In the three-dimensional geological modeling, many works focus on the simulation of the fault itself, ignoring the influence of the fault sequence on the stratum structure. However, it is very necessary and critical to consider the fault sequence and the deformation caused by it. To solve this problem, based on the theory of fault recovery and evolution influence region, in this paper it proposes a fault vector field modeling method for 3D geological modeling with complex fault network. First, the fault vector field displacement operator is used to recover the stratum and fault data within the influence region in the reverse order of fault structure evolution, and then the stratum and fault data affected by the fault are calculated step by step in the positive order of evolution to obtain a 3D geological model with complex fault network.

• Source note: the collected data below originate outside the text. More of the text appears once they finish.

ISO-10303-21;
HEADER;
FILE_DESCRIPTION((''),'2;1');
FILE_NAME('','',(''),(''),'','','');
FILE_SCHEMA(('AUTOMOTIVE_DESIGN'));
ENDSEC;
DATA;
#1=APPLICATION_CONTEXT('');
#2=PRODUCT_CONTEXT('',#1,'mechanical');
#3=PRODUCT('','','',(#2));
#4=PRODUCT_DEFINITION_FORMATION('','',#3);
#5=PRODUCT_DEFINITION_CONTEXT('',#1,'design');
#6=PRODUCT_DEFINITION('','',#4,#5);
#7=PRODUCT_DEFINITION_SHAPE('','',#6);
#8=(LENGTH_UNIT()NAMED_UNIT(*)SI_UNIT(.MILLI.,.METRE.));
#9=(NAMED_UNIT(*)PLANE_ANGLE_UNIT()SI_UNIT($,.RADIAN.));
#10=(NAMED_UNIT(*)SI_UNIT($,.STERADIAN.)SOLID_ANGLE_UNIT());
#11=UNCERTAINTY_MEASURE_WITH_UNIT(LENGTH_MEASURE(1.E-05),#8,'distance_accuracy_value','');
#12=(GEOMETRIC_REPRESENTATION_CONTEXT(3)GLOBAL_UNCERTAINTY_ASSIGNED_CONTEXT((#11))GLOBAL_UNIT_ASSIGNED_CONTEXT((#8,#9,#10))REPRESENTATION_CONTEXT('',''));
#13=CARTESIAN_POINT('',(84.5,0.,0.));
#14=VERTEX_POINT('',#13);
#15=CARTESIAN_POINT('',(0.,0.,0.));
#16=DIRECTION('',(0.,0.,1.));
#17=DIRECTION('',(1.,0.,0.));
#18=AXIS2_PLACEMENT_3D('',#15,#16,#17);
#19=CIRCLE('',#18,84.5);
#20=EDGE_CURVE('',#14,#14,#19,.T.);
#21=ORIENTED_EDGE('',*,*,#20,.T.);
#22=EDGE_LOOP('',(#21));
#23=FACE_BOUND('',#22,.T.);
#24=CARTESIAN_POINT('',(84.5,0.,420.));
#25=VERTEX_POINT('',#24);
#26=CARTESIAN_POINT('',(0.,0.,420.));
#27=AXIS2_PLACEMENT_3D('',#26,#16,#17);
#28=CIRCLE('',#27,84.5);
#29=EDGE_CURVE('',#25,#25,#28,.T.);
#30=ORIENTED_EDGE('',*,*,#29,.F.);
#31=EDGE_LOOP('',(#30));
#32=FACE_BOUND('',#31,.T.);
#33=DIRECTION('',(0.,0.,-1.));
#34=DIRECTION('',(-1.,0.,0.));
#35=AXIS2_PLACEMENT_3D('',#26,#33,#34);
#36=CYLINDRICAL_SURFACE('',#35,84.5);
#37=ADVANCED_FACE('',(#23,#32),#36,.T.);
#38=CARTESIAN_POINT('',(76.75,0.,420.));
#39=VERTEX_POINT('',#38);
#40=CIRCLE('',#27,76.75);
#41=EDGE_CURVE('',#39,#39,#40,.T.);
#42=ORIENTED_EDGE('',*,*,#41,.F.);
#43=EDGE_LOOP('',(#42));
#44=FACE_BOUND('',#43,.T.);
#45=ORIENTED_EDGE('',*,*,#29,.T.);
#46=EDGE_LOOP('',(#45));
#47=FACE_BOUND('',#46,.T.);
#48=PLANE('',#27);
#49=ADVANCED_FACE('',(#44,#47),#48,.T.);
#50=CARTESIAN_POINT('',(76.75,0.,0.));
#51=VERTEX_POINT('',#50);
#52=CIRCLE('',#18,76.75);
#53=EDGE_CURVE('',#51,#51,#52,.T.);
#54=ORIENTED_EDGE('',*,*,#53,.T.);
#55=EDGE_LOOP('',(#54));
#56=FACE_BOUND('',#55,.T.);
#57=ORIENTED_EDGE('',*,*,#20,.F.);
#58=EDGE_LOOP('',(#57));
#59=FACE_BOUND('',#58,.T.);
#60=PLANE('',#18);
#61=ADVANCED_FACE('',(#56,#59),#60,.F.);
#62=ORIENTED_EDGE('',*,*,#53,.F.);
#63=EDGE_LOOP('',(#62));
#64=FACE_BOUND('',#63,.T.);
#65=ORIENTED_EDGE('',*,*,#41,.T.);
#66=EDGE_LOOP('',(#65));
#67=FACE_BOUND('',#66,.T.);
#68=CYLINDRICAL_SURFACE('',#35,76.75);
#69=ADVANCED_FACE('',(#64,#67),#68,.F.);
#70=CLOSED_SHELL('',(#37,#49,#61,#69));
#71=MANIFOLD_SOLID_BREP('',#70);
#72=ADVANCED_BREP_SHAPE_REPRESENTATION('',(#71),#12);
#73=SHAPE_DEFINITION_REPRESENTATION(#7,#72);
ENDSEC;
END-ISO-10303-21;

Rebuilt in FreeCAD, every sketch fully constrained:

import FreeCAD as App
import Part
import Sketcher

V = App.Vector

doc = App.newDocument("Part")
body = doc.addObject("PartDesign::Body", "Body")

# Sketch on XY plane
sketch1 = body.newObject("Sketcher::SketchObject", "Sketch")
sketch1.AttachmentSupport = (doc.getObject("XY_Plane"), [""])
sketch1.MapMode = "FlatFace"
sketch1.addGeometry(Part.Circle(V(0, 0, 0), V(0, 0, 1), 84), False)
sketch1.addGeometry(Part.Circle(V(0, 0, 0), V(0, 0, 1), 77), False)
sketch1.addConstraint(Sketcher.Constraint("Coincident", 0, 3, -1, 1))
sketch1.addConstraint(Sketcher.Constraint("Coincident", 1, 3, -1, 1))
sketch1.addConstraint(Sketcher.Constraint("Diameter", 0, 169.0))
sketch1.addConstraint(Sketcher.Constraint("Diameter", 1, 153.5))
pad1 = body.newObject("PartDesign::Pad", "Pad")
pad1.Profile = sketch1
pad1.Length = 420

doc.recompute()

Through modeling experiments and comparative experiments, it is verified that the method has a higher utilization rate of data and the ability to deal with fracture contact, and all displacements caused by fracture will be automatically calculated in the modeling process, which improves the rationality and efficiency of modeling. The model constructed by this method takes full account of the influence of the time sequence of fault structure, and is more able to solve the problem of fault network model construction with complex contact relationship than the general method.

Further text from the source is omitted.